Overall, the checklists were based on acknowledged criteria that cover distinct domains related to product use and include credibility, evidence-based program (as a distinct part of programs’ credibility), privacy explanation, and basic security. These checklists are not expected to directly impact the end user’s experience of the product’s efficacy; however, the criteria contained in the lists may expose the user (or provider) to acknowledged risks or benefits. These measures are calculated by aggregating the scores received in each of the respective categorical items—excluding evidence-based program because it is based on a five-point scale. The privacy explanation and basic security checklists are the only measures in which a lower score equates to better quality. The basic security checklist is the only measure that is not based on a rater’s rating, but rather on information retrieved from parties with access to the product’s servers. The electronic searches produced a total of 2227 mobile apps and 1283 Web-based programs (see Multimedia Appendix 4 for a flow diagram). Through the first screening process, 235 apps and 502 websites were excluded as duplicates and 1509 apps and 665 websites were excluded for not meeting the inclusion criteria. This left a total of 523 apps and 116 Web-based programs. From these, 96 eHealth programs were chosen through the randomization procedure, 12 of which were used for the training process and 84 for the reliability examination. The scores received by the various programs used for this paper’s analyses are available in Multimedia Appendix 7 (programs’ scores). Tables 2 and 3 present the descriptive statistics, Cronbach alphas, and ICCs of the categories analyzed by Enlight. The descriptive statistics of the items constituting the quality assessment section are available in Multimedia Appendix 8 (Descriptive statistics of quality section items) and the interrater kappa reliability scores for the credibility checklist and privacy explanation checklist items (which were in the substantial to outstanding agreement range) are available in Multimedia Appendix 9 (kappa reliability scores of credibility and privacy explanation checklists items).

Table 2

Descriptive statistics, Cronbach alphas (α), and intraclass correlations (ICC) of assessment scores by different delivery mediums.
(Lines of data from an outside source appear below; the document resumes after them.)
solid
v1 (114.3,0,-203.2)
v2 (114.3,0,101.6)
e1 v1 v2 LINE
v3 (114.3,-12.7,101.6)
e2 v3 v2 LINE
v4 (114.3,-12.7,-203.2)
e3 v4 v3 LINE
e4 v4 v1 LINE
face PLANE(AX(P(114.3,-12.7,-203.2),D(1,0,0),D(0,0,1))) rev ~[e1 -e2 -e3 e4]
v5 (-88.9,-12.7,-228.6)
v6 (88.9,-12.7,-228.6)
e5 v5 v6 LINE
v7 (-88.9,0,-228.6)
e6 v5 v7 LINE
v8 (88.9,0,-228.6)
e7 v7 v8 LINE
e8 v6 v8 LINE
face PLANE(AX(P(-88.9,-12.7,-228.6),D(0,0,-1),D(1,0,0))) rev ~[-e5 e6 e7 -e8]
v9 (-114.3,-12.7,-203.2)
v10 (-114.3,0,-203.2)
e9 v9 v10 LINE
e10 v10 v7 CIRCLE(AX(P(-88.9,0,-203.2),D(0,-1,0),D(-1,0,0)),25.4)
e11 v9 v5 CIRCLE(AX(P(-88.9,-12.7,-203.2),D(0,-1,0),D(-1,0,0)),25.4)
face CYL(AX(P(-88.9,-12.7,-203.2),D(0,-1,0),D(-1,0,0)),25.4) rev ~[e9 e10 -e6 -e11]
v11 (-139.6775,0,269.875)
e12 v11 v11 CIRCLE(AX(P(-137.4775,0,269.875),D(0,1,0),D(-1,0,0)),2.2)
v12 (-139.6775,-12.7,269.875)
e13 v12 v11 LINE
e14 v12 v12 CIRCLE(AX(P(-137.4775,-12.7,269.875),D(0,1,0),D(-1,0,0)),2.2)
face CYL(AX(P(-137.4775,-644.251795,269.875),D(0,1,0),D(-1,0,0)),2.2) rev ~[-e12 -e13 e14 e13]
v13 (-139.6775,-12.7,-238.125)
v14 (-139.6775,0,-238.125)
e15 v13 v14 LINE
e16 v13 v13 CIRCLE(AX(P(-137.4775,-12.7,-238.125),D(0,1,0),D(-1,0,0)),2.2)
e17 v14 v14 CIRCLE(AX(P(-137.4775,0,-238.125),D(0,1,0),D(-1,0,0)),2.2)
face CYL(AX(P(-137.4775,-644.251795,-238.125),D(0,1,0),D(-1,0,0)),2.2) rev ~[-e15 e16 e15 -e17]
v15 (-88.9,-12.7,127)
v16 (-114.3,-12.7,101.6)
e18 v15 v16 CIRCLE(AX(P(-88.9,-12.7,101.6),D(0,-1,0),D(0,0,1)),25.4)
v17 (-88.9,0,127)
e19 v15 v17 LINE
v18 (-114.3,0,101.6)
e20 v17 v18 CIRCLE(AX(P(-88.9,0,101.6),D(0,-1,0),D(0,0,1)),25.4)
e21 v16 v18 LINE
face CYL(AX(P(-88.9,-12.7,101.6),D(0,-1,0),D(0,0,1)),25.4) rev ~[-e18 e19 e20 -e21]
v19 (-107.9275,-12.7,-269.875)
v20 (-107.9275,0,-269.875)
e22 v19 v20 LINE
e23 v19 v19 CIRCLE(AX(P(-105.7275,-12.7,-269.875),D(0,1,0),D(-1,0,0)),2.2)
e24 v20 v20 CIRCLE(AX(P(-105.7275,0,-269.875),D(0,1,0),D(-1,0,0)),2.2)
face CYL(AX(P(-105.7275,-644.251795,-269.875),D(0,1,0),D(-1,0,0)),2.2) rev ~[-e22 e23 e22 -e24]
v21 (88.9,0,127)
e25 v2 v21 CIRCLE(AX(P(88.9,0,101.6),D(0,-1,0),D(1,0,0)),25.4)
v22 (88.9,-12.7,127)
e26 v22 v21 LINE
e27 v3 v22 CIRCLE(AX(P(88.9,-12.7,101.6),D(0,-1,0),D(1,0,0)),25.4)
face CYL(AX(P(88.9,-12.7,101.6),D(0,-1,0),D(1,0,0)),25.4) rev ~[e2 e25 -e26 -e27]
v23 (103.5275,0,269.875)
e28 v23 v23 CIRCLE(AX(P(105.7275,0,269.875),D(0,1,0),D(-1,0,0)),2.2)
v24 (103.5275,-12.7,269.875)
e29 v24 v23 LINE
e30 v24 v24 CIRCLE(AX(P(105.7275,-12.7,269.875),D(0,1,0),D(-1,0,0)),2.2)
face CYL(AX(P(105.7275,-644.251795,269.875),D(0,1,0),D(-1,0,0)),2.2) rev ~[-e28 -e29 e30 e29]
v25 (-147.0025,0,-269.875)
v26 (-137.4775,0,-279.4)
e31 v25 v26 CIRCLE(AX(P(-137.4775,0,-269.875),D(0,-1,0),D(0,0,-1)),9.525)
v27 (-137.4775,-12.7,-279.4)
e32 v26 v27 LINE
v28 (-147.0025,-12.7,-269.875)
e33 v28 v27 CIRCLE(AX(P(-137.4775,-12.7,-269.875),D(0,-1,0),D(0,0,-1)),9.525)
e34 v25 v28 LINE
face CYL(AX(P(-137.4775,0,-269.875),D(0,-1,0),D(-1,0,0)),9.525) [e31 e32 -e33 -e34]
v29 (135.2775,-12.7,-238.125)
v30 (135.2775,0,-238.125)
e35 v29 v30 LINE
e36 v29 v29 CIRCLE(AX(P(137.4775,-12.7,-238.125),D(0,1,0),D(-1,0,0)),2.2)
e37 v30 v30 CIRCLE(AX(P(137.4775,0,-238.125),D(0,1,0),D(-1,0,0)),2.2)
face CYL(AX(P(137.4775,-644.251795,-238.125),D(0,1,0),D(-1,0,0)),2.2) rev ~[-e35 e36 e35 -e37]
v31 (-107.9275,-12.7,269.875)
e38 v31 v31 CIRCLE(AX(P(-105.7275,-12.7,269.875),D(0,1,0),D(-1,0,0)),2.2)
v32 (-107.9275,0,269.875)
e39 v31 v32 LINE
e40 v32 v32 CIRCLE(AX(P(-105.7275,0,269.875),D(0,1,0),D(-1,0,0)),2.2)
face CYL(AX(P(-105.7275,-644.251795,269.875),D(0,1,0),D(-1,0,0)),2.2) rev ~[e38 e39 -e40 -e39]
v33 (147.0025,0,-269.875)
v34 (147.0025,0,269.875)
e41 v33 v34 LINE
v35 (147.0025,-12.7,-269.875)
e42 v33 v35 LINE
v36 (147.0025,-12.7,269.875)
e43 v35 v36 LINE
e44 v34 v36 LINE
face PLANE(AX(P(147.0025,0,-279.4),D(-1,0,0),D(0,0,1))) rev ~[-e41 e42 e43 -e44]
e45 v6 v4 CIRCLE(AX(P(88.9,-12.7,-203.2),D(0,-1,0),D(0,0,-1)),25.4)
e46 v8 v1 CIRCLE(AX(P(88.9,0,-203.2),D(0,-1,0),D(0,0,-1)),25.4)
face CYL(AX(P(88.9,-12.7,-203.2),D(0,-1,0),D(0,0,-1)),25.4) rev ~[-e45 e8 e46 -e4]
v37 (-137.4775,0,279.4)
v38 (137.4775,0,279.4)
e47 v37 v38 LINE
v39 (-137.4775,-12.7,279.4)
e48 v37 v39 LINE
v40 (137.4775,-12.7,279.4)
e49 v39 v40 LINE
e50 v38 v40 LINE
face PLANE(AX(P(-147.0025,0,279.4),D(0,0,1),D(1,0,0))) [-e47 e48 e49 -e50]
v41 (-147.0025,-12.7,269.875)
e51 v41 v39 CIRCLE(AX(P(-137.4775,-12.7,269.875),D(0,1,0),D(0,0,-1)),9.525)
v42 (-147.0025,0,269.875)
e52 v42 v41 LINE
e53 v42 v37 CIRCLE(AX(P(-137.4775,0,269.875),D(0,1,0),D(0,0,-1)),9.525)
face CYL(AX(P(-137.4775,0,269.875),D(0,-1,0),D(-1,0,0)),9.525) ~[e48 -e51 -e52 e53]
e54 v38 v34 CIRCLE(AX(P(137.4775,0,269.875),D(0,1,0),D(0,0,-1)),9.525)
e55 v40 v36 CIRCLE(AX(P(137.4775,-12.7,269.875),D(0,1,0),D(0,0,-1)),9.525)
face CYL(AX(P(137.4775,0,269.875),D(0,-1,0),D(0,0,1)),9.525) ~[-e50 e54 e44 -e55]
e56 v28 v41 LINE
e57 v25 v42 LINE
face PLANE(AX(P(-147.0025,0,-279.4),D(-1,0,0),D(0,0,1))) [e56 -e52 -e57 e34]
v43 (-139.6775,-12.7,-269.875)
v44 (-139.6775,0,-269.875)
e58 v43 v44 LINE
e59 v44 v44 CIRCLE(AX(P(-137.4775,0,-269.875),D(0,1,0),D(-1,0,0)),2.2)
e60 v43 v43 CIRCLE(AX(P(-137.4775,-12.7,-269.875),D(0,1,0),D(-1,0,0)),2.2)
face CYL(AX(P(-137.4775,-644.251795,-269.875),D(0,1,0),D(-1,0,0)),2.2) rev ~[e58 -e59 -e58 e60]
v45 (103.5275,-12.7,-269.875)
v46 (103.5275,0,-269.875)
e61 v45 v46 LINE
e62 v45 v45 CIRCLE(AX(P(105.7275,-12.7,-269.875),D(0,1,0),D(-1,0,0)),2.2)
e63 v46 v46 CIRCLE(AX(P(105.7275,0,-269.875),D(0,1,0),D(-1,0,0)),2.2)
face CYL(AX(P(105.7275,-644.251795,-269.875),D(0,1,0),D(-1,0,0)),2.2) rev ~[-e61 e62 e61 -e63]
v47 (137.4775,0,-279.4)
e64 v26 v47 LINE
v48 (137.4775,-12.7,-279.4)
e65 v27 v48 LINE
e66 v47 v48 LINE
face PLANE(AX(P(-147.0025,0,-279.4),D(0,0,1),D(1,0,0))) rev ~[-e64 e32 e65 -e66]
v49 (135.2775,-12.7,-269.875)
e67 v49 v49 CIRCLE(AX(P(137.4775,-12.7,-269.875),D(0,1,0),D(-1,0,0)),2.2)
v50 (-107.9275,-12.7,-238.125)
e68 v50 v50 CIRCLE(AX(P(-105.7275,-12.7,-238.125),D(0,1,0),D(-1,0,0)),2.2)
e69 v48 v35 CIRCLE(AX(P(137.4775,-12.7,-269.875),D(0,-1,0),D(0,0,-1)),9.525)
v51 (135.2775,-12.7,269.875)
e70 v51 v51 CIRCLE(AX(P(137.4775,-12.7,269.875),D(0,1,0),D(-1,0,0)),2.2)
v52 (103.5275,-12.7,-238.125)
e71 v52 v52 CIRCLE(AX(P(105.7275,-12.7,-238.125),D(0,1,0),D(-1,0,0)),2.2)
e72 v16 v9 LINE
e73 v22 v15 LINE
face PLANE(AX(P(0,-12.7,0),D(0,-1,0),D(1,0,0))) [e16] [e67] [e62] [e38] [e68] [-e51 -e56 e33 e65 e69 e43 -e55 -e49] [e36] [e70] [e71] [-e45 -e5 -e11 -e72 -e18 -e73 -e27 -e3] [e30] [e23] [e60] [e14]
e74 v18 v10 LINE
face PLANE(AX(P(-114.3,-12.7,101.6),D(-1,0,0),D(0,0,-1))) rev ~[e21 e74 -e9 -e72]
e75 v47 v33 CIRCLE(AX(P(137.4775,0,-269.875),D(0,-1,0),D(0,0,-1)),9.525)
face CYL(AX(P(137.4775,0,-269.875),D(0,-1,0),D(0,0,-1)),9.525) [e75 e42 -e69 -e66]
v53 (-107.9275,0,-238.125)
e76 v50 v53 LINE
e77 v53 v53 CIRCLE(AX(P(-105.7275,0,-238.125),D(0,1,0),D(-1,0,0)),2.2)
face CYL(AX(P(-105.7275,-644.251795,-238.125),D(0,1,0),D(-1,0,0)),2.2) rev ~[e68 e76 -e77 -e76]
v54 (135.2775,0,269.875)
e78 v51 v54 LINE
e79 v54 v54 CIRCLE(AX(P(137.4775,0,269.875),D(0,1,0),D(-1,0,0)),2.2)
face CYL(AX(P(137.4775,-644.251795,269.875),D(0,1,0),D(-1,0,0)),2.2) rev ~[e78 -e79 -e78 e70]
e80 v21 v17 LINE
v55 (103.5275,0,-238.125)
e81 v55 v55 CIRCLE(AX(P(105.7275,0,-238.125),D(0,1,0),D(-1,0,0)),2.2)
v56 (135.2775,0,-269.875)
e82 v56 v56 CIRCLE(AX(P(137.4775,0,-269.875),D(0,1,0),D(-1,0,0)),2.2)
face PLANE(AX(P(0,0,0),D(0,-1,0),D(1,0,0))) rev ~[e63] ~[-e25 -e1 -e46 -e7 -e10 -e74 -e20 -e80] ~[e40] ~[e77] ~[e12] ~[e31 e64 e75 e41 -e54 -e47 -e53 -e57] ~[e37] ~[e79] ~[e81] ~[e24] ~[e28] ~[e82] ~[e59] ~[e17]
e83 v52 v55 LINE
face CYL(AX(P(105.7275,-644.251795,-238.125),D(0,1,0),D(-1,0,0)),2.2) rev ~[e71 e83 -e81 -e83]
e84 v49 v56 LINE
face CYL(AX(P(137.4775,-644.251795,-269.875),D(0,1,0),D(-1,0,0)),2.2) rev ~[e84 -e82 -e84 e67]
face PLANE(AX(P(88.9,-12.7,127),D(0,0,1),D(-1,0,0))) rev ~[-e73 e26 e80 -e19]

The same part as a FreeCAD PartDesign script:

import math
import FreeCAD as App
import Part
import Sketcher
Q = App.Units.Quantity


def edges_at(feature, points):
    """Names of the edges that pass closest to the given points."""
    edges = feature.Shape.Edges
    near = lambda p: min(range(len(edges)), key=lambda i: edges[i].distToShape(Part.Vertex(*p))[0])
    return sorted({f"Edge{near(p) + 1}" for p in points})


def add_polygon(sketch, points):
    """Adds a closed chain of lines whose ends are joined by coincident constraints."""
    first, n = sketch.GeometryCount, len(points)
    for a, b in zip(points, points[1:] + points[:1]):
        sketch.addGeometry(Part.LineSegment(App.Vector(*a, 0), App.Vector(*b, 0)), False)
    for i in range(n):
        sketch.addConstraint(Sketcher.Constraint("Coincident", first + i, 2, first + (i + 1) % n, 1))

doc = App.newDocument("Part")
body = doc.addObject("PartDesign::Body", "Body")

# Sketch on XZ plane
sketch1 = body.newObject("Sketcher::SketchObject", "Sketch")
sketch1.AttachmentSupport = (doc.getObject("XZ_Plane"), [""])
sketch1.MapMode = "FlatFace"
add_polygon(sketch1, [(-147, 279), (-147, -279), (147, -279), (147, 279)])  # lines 0-3
sketch1.addConstraint([
    Sketcher.Constraint("Vertical", 0),
    Sketcher.Constraint("Horizontal", 1),
    Sketcher.Constraint("Vertical", 2),
    Sketcher.Constraint("Horizontal", 3),
    Sketcher.Constraint("Symmetric", 0, 2, 2, 2, -1, 1),
    Sketcher.Constraint("DistanceY", 0, 2, 0, 1, Q("22 in")),
    Sketcher.Constraint("DistanceX", 1, 1, 1, 2, Q("11.575 in")),
])
pad1 = body.newObject("PartDesign::Pad", "Pad")
pad1.Profile = sketch1
pad1.Length = Q("0.5 in")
Clinical aim	Total (N=84)			Mobile (n=42)			Website (n=42)
Quality ratings	Mean (SD)	α	ICC (95% CI)	Mean (SD)	α	ICC (95% CI)	Mean (SD)	α	ICC (95% CI)
Usability	3.31 (0.69)	.83	.91 (.86-.94)	3.46 (0.71)	.85	.82 (.68-.91)	3.17 (0.65)	.79	.96 (.92-.98)
Visual design	2.81 (0.82)	.84	.77 (.64-.85)	2.93 (0.83)	.88	.80 (.63-.89)	2.68 (0.79)	.85	.74 (.52-.86)
User engagement	2.62 (0.80)	.88	.90 (.78-.94)	2.47 (0.83)	.91	.92 (.83-.96)	2.78 (0.73)	.85	.85 (.64-.93)
Content	3.00 (0.98)	.90	.93 (.89-.96)	2.40^a (0.87)	.91	.91 (.83-.95)	3.59^a (0.68)	.78	.85 (.73-.92)
Therapeutic persuasiveness	2.23 (0.68)	.88	.88 (.78-.93)	2.11 (0.71)	.88	.93 (.86-.97)	2.35 (0.62)	.87	.78 (.55-.89)
Therapeutic alliance	2.20 (0.75)	.83	.89 (.72-.95)	1.99 (0.72)	.83	.87 (.72-.94)	2.40 (0.73)	.82	.87 (.54-.95)
General subjective evaluation	2.09 (0.91)	.89	.83 (.73-.89)	1.89 (0.84)	.88	.85 (.73-.92)	2.29 (0.93)	.89	.73 (.50-.86)
Credibility checklist	3.14 (1.50)	—^b	.95 (.92-.97)	2.21^a (1.16)	—	.95 (.90-.97)	4.07^a (1.20)	—	.95 (.90-.97)
Evidence-based program	1.32 (0.66)	—^c	.94 (.91-.96)	1.07^a (0.34)	—	.92 (.86-.96)	1.57^a (0.80)	—	.94 (.88-.97)
Privacy explanation checklist	2.76 (1.58)	—^b	.98 (.97-.99)	3.33^a (1.26)	—	.99 (.98-.99)	2.19^a (1.67)	—	.97 (.95-.98)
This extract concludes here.